Low HR Training

1

Poor Man's HRM (Read 22 times)


Slow and Steady

    Hi all,

     

    I haven't been here in a while, until just recently. I moved and was busy, stopped running for a bit. But now I'm back and running and preparing for races again - feels good.

     

    My post is mainly a question for you experienced MAF runners. In my limited experience, it seemed like my MAF pace was always at or below "breathing through the nose" pace. The need to start breathing through my mouth usually coincided with my HR monitor alerting me that I was exceeding my target HR.

     

    Well my HR monitor (a cheap Timex that I got used off of eBay) has frustrated me with inconsistencies one too many times, and I've given up on it. So for now, I've been relying on my "Nose Breathing HRM" to keep me at MAF-ish pace.

     

    Has this been your experience? Is it a good "poor man's" substitute for a real HRM?

    Eric S.

    Trail Mix ||| dailymile ||| RA log

    Goals: 50km, 50-miler, 100km, 100-miler

    BeeRunB


      Hi Eric,

       

      Welcome back, good to see you posting again.

       

      When I do my infamous treadmill test, as I gradually increase effort, I notice a feeling of needing a little more air around MAF, and a big need around anaerobic threshold.

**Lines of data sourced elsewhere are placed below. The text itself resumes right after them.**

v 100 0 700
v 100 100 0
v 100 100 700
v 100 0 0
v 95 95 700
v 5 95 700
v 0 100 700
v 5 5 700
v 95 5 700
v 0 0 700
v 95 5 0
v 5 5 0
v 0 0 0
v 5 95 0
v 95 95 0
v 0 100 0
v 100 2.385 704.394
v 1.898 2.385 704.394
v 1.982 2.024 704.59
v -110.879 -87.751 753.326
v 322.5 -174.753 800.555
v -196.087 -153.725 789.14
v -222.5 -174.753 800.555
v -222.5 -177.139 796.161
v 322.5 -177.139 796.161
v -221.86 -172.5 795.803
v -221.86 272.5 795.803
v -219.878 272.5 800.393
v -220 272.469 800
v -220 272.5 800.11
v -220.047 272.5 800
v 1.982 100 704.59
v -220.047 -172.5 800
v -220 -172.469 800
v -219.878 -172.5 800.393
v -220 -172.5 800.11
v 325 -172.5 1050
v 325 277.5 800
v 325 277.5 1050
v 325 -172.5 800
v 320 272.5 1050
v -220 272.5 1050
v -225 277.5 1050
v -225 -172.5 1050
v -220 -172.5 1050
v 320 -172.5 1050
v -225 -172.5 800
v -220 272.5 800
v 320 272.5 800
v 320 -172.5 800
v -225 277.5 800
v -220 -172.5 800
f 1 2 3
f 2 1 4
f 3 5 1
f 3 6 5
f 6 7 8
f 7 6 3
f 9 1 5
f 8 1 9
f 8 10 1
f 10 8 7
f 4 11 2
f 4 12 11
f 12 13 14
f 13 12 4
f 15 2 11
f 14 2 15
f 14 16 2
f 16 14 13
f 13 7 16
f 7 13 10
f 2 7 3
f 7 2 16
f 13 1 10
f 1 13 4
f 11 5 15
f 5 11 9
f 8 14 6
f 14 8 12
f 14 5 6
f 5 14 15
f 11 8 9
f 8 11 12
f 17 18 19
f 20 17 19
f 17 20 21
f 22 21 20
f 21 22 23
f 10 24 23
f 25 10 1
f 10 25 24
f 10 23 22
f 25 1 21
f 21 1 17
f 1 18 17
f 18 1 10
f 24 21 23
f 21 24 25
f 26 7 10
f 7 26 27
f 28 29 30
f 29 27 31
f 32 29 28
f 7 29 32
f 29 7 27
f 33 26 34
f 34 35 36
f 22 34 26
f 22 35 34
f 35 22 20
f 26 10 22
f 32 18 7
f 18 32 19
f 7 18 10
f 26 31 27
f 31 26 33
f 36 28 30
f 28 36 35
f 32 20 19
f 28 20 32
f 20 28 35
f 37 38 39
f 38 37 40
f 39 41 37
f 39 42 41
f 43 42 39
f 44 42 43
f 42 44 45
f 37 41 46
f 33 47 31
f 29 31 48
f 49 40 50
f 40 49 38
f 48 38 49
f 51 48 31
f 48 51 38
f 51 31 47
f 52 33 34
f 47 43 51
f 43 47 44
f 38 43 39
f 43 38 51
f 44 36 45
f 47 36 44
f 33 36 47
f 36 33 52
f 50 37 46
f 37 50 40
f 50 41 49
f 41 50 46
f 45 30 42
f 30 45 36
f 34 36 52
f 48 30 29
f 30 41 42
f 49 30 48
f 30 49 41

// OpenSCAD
// file: helper.scad
module prism(l, w, h){
    polyhedron(
            points=[[0,0,0], [l,0,0], [l,w,0], [0,w,0], [0,w,h], [l,w,h]],
            faces=[[0,1,2,3],[5,4,3,2],[0,4,5,1],[0,3,4],[5,2,1]]
        );
}

module prism2(l, w) {
	polygon([[0,0], [l, 0], [l, w]]);
}

module tube(len,tubeSide,tubeThick,bCut=false,bAngle=0,tCut=false,tAngle=0) {
	difference() {
		cube([tubeSide,tubeSide,len]);
		if(bCut) {
			rotate_about_pt(bAngle, 0, [tubeSide/2, tubeSide/2,0]) {
				prism(tubeSide,tubeSide,tubeSide);
			}
		}
		if(tCut) {
			translate([0,0,len]) {
				rotate_about_pt(tAngle, 180, [tubeSide/2, tubeSide/2,0]) {
					prism(tubeSide,tubeSide,tubeSide);
				}
			}
		}
		translate([tubeThick,tubeThick,0]) {
			cube([tubeSide-2*tubeThick,tubeSide-2*tubeThick,len+1]);
		}
	}
}
// main file
include <helper.scad>

tubeSide=100;
tubeThick=5;

tH = 700;

bW = 550;
bD = 450;
bH = 250;
bT = tubeThick;
bOffset = 100;

module trap(w1,d,w2,h) {
	wO = (w2 - w1) / 2;

	// counter clockwise
	aT = [0,0,h];
	aB = [0,0,0];
	bT = [w1,0,h];
	bB = [w1,0,0];
	cT = [w1 + wO,d,h];
	cB = [w1 + wO,d,0];
	dT = [-wO,d,h];
	dB = [-wO,d,0];

	a = [0,0];
	b = [w1,0];
	c = [w1 + wO,d];
	d = [-wO,d];

	//     0   1   2   3   4   5   6   7
	ps = [aT, aB, bT, bB, cT, cB, dT, dB];
	fs = 
		[ [ 1, 2, 3, 0]
		, [ 2, 4, 5, 3]
		, [ 4, 6, 7, 5]
		, [ 6, 0, 1, 7]
		, [ 6, 4, 2, 0]
		, [ 5, 7, 1, 3]
		];
	//polyhedron(points = ps, faces= fs);
	linear_extrude(height = h) {
		polygon(points = [d, c, b, a]);
	}
}

module box() {
	difference() {
		cube([bW, bD, bH]);
		translate([bT,-0.1,-0.1]) {
			cube([bW - bT * 2, bD - bT + 0.1, bH + 0.2]);
		}
	}
}

module raiser() {
	dT = (bD - tubeSide) / 2;
	d = sqrt(pow(dT, 2) + pow(bOffset, 2));
	echo(dT);
	translate([0, tubeSide, 0]) {
		a = atan((bOffset - tubeThick) / dT);
		echo(a);
		rotate([a, 0, 0]) {
			//trap(tubeSide, d, bW - tubeThick * 2, tubeThick);
		}
	}
	translate([tubeSide, tubeThick/2, 0]) {
		a = atan((bOffset - tubeThick) / dT);
		echo(a);
		rotate([a, 0, 180]) {
			trap(tubeSide, d, bW - tubeThick, tubeThick);
		}
	}

	dT2 = (bW - tubeSide) / 2 - tubeThick;
	d2 = sqrt(pow(dT2, 2) + pow(bOffset, 2));
	translate([0, tubeThick/2, 0]) {
		a = atan((bOffset - tubeThick) / dT2);
		echo(a);
		rotate([a, 0, 90]) {
			trap(tubeSide, d2, bD - tubeThick, tubeThick);
		}
	}
}

union() {
	tube(tH, tubeSide, tubeThick);
	translate([0, -tubeThick/2, tH]) {
		raiser();
	}

	translate([-bW/2 + tubeSide/2, -bD/2 + tubeSide/2 + tubeThick/2, tH + bOffset]) {
		box();
	}

}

My uneducated guess is that it has something to do with the engagement of different types of anaerobic fibers.

       

      Perhaps if I tried the nose test I'd find a need to open another air channel (mouth) around MAF as well. I'm sure if your watch doesn't work well, you can use the method. You'd be looking to get faster while not needing to breath through your mouth.

       

      As for HR, I wondered aloud in a post about whether or not the anaerobic system gets engaged if I start out at a pace (e.g.) that keeps my HR at MAF -10, then hold that pace while the HR rises. If HR rises above MAF will the anaerobic system be engaged? Using the nose method, if you ran the same pace on an even surface, would you eventually need to breath through your mouth? And would this coincide with your HR having eventually exceeded MAF, even though pace hasn't changed?

       

      It might be time for nasal breathing studies, Eric. 


      Slow and Steady

        Well a proper study would probably be to run with a HRM but not look at it, instead gauging everything by the effort of breathing. And maybe doing that for a long period of time, never looking at the data yourself (because your knowledge of the data might affect future runs and pace). I'm sure it'd be an interesting study! Smile

         

        As for HR, I wondered aloud in a post about whether or not the anaerobic system gets engaged if I start out at a pace (e.g.) that keeps my HR at MAF -10, then hold that pace while the HR rises. If HR rises above MAF will the anaerobic system be engaged? Using the nose method, if you ran the same pace on an even surface, would you eventually need to breath through your mouth? And would this coincide with your HR having eventually exceeded MAF, even though pace hasn't changed?

         

        It might be time for nasal breathing studies, Eric. 

        Eric S.

        Trail Mix ||| dailymile ||| RA log

        Goals: 50km, 50-miler, 100km, 100-miler

        BeeRunB


          Hi Eric,

           

          I did an experiment today with nasal breathing. Started well below formula calculated MAF of 125 bpm. I was able to breath through my nose all the way up to 143 bpm, at which time I opened the mouth and grabbed more air.

           

          I then tested with mouth breathing and noticed a small change in breath around 132-133, but a bigger need for air at 143 bpm.

           

          I then remembered that Dr. Phil used to watch for a change in gate as someone went through their physical testing for MAF. So, I took a video of myself running. I started out at a low HR well below MAF again. My gate stayed the same until I hit 143-145 bpm, at which time I began to lean forward a bit. I could feel it as well as see a few degrees forward in the upper body.

           

          A chart of my RQ test that shows a plateau in Fat/sugar ratio that I posted in this thread:

           

           

          I was thinking in that thread that real MAF was in the 142 range, which is about 70% MHR. I now think my MAF hasn't changed much in the 5-6 years since that RQ test. Quite possibly, it might never change.

           

          That's what I experimented with today. As for the nasal breathing working for everyone, I'm not sure. Nasal passage size might come into play. Deviated septum might screw it all up.